Monday, May 16, 2011

Perspectives

A week ago I had a chance to talk to my lifelong mentor Marty (no not the Back to the Future guy).  We were talking shop about how his church is going and what church looks like, should look like, should feel like when it hit me:

Perspective matters.

Because it's not really about right or wrong, but simply perspective.  For instance, Marty is a phenomenal teacher.  He takes difficult ideas and makes them simple to understand yet still hard to live out.  Quite honestly, he's brilliant.  And while talking to him it occurred to me that he needs to be in front of as many people as possible.  So his church needs to be one with lots of chairs that are open to Christians to hear him speak, be challenged, and then go live out what they have learned.

That's not where Kim and I need to be right now, but it is where Marty needs to be.  Put it another way, I really have a hard time reading a whole lot.  Does that make me unintelligent or unwise?  Probably not.  It means I'm not a reader.  So I learn much more by personal observation or stories or music.

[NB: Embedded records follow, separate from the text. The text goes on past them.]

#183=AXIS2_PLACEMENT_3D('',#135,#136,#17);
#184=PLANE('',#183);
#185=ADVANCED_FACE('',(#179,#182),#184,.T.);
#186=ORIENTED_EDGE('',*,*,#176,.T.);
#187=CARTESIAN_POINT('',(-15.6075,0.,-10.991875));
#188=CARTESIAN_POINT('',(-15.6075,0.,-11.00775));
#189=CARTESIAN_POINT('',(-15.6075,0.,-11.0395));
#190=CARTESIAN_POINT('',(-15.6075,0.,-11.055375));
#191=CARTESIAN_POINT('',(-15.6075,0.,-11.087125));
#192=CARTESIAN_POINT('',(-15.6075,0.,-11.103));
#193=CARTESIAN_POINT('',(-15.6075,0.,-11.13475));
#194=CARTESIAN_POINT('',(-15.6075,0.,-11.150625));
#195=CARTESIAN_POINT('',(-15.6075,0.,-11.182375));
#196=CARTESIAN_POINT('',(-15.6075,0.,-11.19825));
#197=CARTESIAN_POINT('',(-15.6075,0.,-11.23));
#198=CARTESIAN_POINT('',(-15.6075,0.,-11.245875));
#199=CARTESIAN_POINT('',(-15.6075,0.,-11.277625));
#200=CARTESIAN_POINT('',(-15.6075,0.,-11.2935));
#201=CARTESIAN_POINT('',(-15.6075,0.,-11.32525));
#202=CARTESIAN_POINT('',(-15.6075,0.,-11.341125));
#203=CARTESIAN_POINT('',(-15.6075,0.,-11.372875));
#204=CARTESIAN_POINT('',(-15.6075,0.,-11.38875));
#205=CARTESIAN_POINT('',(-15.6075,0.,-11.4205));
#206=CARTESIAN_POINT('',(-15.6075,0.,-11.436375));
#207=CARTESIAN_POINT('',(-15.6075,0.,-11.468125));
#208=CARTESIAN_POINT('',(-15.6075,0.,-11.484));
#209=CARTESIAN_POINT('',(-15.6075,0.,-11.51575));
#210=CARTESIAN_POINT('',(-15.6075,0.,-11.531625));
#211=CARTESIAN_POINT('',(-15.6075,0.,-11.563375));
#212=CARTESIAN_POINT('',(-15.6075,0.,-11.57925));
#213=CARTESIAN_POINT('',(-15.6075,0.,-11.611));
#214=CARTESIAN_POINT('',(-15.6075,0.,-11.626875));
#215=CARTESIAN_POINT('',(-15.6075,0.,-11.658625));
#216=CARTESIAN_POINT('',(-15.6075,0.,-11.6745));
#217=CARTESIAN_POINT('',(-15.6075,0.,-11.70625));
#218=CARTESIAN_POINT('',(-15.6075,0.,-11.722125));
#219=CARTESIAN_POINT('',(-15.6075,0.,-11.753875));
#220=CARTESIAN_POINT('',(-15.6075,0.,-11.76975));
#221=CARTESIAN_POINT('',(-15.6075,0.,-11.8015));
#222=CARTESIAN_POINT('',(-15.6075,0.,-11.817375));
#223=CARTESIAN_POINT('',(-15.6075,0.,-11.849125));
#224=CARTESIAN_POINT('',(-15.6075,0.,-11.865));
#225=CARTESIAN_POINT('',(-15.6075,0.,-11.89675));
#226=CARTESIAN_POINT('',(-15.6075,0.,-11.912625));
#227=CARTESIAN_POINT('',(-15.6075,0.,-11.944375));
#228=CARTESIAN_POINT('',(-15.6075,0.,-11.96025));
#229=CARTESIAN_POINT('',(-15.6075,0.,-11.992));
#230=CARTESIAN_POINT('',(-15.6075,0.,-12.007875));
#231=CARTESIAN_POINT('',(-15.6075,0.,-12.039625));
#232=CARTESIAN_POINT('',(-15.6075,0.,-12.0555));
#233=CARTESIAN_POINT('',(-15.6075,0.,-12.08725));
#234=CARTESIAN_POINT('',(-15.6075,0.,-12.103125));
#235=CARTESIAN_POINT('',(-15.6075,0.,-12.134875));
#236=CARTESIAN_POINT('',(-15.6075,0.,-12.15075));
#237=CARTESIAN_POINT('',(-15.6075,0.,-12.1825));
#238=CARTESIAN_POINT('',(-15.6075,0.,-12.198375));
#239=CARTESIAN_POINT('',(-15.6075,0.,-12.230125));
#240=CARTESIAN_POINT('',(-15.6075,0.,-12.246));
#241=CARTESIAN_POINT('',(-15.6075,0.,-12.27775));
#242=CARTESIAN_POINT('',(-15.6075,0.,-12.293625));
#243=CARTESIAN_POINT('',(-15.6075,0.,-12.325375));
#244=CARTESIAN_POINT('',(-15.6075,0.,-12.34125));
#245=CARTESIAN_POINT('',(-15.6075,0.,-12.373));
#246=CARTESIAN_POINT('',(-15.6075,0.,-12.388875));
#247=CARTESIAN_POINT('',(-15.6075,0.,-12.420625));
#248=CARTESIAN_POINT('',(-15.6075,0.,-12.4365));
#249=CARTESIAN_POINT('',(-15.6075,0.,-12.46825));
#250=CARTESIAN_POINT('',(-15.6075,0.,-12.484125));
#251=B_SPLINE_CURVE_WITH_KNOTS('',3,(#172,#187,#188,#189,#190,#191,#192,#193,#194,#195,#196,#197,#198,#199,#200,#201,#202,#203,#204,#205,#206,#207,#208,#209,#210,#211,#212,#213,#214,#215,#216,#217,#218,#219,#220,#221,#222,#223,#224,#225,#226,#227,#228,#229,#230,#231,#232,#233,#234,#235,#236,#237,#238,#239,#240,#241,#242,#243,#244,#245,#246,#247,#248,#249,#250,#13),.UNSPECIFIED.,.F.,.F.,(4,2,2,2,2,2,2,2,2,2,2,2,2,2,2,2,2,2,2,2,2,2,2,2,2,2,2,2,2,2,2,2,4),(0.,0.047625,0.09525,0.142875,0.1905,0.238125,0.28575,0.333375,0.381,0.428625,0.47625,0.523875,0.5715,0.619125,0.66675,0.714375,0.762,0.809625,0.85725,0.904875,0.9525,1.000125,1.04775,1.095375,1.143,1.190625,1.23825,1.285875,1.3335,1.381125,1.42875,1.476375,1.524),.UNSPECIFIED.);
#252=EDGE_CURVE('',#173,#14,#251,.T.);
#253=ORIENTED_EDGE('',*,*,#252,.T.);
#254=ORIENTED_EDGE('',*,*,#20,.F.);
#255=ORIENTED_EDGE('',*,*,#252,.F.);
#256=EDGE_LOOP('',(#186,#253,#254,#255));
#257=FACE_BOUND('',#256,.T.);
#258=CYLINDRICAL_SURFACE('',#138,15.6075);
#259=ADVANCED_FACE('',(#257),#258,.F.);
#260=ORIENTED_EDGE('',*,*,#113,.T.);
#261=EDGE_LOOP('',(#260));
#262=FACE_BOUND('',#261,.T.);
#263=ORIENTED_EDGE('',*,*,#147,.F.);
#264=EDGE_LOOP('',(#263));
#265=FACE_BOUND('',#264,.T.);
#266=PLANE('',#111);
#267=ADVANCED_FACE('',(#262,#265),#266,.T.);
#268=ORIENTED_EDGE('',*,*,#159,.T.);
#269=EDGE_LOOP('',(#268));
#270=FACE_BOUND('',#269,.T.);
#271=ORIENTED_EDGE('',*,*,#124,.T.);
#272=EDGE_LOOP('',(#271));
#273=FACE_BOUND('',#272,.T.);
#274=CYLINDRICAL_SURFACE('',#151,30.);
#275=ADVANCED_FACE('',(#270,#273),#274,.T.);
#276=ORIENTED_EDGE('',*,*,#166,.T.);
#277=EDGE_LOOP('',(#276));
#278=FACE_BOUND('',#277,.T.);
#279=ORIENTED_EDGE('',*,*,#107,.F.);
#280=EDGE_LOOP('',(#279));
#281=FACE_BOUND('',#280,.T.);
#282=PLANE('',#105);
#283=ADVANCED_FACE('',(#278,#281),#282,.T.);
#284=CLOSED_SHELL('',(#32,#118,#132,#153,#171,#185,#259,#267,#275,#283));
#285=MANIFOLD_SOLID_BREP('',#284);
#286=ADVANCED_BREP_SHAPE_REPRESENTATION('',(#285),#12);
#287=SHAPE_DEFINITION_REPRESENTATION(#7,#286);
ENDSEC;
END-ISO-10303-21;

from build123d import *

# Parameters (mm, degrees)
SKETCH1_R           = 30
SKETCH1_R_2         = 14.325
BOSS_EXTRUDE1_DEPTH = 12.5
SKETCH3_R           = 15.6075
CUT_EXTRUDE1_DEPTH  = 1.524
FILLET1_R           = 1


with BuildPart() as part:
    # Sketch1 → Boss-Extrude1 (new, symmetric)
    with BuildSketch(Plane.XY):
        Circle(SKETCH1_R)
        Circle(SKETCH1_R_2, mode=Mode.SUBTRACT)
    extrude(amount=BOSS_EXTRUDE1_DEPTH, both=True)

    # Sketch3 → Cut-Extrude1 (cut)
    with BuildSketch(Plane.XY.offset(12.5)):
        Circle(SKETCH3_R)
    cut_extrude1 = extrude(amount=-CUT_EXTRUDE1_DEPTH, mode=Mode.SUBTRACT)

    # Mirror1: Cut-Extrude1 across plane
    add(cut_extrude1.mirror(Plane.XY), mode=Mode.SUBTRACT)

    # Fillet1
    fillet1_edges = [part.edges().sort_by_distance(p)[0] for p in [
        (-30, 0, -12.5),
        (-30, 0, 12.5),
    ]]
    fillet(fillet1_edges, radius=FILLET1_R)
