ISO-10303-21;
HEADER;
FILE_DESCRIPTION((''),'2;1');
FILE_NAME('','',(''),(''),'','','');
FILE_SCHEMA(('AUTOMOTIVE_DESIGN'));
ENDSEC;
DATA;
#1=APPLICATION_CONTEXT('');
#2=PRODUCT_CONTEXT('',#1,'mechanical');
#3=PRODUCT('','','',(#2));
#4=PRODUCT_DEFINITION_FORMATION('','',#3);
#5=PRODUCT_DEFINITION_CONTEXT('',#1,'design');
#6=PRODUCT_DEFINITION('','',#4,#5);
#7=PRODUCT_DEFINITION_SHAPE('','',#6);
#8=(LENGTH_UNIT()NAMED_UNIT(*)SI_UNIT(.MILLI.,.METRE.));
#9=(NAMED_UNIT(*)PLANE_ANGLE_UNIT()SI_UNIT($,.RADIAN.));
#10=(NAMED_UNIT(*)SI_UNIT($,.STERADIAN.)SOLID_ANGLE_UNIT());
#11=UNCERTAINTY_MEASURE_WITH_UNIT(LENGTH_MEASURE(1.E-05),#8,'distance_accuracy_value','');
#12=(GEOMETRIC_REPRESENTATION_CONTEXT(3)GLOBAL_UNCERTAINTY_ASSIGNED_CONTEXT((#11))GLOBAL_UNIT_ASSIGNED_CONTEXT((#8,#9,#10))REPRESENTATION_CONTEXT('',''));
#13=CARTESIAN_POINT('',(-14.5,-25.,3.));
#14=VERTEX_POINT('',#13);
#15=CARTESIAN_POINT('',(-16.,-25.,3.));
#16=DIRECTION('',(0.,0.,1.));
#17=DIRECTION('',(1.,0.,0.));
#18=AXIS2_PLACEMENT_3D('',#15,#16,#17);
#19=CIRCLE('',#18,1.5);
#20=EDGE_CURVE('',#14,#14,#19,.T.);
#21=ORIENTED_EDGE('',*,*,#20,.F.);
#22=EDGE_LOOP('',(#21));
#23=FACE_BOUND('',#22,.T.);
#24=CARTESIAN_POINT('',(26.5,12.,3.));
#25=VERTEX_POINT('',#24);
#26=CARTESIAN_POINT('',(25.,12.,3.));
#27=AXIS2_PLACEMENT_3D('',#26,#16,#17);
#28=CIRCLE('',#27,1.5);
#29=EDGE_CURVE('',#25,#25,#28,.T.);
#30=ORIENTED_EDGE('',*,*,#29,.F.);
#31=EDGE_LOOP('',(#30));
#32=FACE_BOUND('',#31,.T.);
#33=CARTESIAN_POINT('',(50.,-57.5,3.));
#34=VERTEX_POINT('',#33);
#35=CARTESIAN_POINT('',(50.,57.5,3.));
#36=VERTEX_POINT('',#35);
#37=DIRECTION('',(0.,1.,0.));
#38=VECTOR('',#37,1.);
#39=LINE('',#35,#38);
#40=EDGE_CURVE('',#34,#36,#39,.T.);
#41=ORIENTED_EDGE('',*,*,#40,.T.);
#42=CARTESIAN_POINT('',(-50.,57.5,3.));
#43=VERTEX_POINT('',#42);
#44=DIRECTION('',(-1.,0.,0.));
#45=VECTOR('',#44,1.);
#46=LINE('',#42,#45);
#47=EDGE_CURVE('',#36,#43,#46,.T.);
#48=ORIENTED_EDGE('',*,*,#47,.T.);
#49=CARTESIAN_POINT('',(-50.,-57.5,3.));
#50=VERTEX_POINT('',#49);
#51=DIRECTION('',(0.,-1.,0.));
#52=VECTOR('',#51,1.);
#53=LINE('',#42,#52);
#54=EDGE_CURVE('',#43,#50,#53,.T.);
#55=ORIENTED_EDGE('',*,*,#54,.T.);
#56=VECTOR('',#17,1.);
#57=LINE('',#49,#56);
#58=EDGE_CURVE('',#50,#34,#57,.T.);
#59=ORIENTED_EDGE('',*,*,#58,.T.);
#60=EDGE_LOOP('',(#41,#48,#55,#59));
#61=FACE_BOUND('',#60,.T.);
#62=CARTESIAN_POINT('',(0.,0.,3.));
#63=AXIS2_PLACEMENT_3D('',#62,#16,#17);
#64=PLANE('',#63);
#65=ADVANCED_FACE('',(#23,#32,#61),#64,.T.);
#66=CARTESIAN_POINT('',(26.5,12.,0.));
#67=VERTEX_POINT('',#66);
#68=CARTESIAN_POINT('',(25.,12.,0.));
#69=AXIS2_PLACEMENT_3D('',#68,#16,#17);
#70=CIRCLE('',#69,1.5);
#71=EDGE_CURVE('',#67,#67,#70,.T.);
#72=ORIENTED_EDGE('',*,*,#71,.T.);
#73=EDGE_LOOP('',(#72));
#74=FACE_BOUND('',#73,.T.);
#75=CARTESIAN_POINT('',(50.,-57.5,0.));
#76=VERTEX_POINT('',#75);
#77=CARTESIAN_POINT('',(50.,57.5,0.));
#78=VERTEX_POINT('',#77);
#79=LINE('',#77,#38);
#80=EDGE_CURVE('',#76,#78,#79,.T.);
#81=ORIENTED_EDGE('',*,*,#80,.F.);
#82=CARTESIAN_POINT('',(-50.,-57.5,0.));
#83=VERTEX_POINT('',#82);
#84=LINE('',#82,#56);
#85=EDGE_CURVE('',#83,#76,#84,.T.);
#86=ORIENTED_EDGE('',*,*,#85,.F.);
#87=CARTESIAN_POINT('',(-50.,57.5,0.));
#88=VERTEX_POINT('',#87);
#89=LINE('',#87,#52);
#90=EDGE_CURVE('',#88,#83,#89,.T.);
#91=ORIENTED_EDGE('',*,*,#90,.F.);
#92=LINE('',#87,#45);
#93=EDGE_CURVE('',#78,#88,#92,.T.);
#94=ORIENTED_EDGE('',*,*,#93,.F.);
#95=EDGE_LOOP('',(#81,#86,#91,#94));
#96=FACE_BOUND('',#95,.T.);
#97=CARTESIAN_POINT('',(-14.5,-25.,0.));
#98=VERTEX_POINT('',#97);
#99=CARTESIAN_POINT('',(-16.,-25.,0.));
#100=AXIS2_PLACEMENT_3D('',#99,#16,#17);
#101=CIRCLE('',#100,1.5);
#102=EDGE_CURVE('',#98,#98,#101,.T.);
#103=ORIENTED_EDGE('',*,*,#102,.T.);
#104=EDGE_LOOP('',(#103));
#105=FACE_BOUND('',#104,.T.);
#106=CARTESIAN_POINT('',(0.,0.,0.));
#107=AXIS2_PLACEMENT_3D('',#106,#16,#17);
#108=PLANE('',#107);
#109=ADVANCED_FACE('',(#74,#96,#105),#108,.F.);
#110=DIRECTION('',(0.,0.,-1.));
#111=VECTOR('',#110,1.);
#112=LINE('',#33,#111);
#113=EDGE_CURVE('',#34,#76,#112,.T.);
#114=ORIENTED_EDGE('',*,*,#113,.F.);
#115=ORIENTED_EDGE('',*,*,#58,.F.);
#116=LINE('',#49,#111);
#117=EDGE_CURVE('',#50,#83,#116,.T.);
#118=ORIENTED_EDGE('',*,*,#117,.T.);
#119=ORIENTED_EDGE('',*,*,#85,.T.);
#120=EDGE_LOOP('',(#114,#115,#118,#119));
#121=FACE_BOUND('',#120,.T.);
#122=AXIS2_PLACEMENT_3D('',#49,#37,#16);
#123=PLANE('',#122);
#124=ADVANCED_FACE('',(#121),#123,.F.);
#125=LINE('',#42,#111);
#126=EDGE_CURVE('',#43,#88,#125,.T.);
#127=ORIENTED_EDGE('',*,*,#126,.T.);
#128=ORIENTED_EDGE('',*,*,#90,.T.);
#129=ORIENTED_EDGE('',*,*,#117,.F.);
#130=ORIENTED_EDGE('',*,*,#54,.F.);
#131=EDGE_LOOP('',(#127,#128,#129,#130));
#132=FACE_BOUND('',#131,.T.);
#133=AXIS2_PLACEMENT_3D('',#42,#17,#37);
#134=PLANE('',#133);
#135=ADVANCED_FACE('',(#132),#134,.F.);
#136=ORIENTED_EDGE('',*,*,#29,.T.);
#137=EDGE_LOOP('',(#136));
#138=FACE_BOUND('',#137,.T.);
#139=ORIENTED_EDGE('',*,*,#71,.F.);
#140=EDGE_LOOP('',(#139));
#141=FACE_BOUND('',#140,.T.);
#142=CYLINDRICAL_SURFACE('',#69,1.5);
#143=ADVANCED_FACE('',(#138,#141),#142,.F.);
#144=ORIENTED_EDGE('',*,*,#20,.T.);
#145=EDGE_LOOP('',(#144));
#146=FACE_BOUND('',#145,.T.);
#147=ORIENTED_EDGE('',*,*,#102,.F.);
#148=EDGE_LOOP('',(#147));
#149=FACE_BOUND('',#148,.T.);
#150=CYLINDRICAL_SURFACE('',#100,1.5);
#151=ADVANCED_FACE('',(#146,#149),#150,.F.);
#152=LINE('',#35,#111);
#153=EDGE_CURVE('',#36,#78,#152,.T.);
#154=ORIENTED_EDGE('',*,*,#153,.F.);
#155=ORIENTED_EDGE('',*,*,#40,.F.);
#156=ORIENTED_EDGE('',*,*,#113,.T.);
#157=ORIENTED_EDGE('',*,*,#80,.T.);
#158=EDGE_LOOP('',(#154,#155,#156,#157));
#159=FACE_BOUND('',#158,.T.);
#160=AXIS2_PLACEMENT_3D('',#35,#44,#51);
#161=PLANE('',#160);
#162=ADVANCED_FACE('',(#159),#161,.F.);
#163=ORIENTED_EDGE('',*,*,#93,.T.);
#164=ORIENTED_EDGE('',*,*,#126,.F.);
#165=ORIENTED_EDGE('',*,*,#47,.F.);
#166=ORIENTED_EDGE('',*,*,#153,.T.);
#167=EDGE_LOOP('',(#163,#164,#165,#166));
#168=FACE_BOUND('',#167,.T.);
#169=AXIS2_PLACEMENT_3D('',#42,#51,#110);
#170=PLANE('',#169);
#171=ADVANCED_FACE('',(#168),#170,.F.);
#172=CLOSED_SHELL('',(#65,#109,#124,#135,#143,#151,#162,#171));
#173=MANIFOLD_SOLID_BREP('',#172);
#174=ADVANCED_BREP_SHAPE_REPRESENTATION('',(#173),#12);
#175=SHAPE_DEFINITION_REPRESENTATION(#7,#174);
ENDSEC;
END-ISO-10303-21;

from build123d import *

# Parameters (mm, degrees)
ESQUISSE1_W             = 100
ESQUISSE1_H             = 115
BOSS_EXTRU_1_DEPTH      = 3
ESQUISSE2_R             = 1.5
ENL_V_MAT_EXTRU_1_DEPTH = 3


with BuildPart() as part:
    # Esquisse1 → Boss.-Extru.1 (new body)
    with BuildSketch(Plane.XY):
        Rectangle(ESQUISSE1_W, ESQUISSE1_H)
    extrude(amount=BOSS_EXTRU_1_DEPTH)

    # Esquisse2 → Enlèv. mat.-Extru.1 (cut)
    with BuildSketch(Plane.XY.offset(3)):
        with Locations((25, 12)):
            Circle(ESQUISSE2_R)
        with Locations((-16, -25)):
            Circle(ESQUISSE2_R)
    extrude(amount=-ENL_V_MAT_EXTRU_1_DEPTH, mode=Mode.SUBTRACT)


solid = part.part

But where perspective really comes into play is our daily grind.

Last week a guest speaker from Dallas spoke at our company event.  He told a story about how is son who had cancer fought through life to live it to the fullest.  By age 7 he had his second bout of cancer, had 18 chemotherapies, 9 surgeries, over 1000 hours in the hospital and yet never once complained about it all.  He braced it and lived right through it to the end.  He loved life and especially playing baseball.  So, the day before he died from cancer (again...age 7) he wanted to play baseball.  It was the tournament and his team was tied in the bottom of the 9th.  Bases loaded.  He comes up to bat, so weak that he can barely hold the bat.  Connor hits a single and wins the game.  His dad had to carry him off the field since he didn't have the strength himself.  The next day, he died.

Connor never once complained.  Yet how many times each week, each day, each hour do we?

I found myself every day since then catching myself saying and thinking things like "I have to" or "got to" instead of "get to", forgetting that it is a privilege to live and work and play.  So, today happens to be a knock out day for the me and I can't help but think it has something to do with the change of perspective, the change of heart that comes from thinking I get to instead of have to.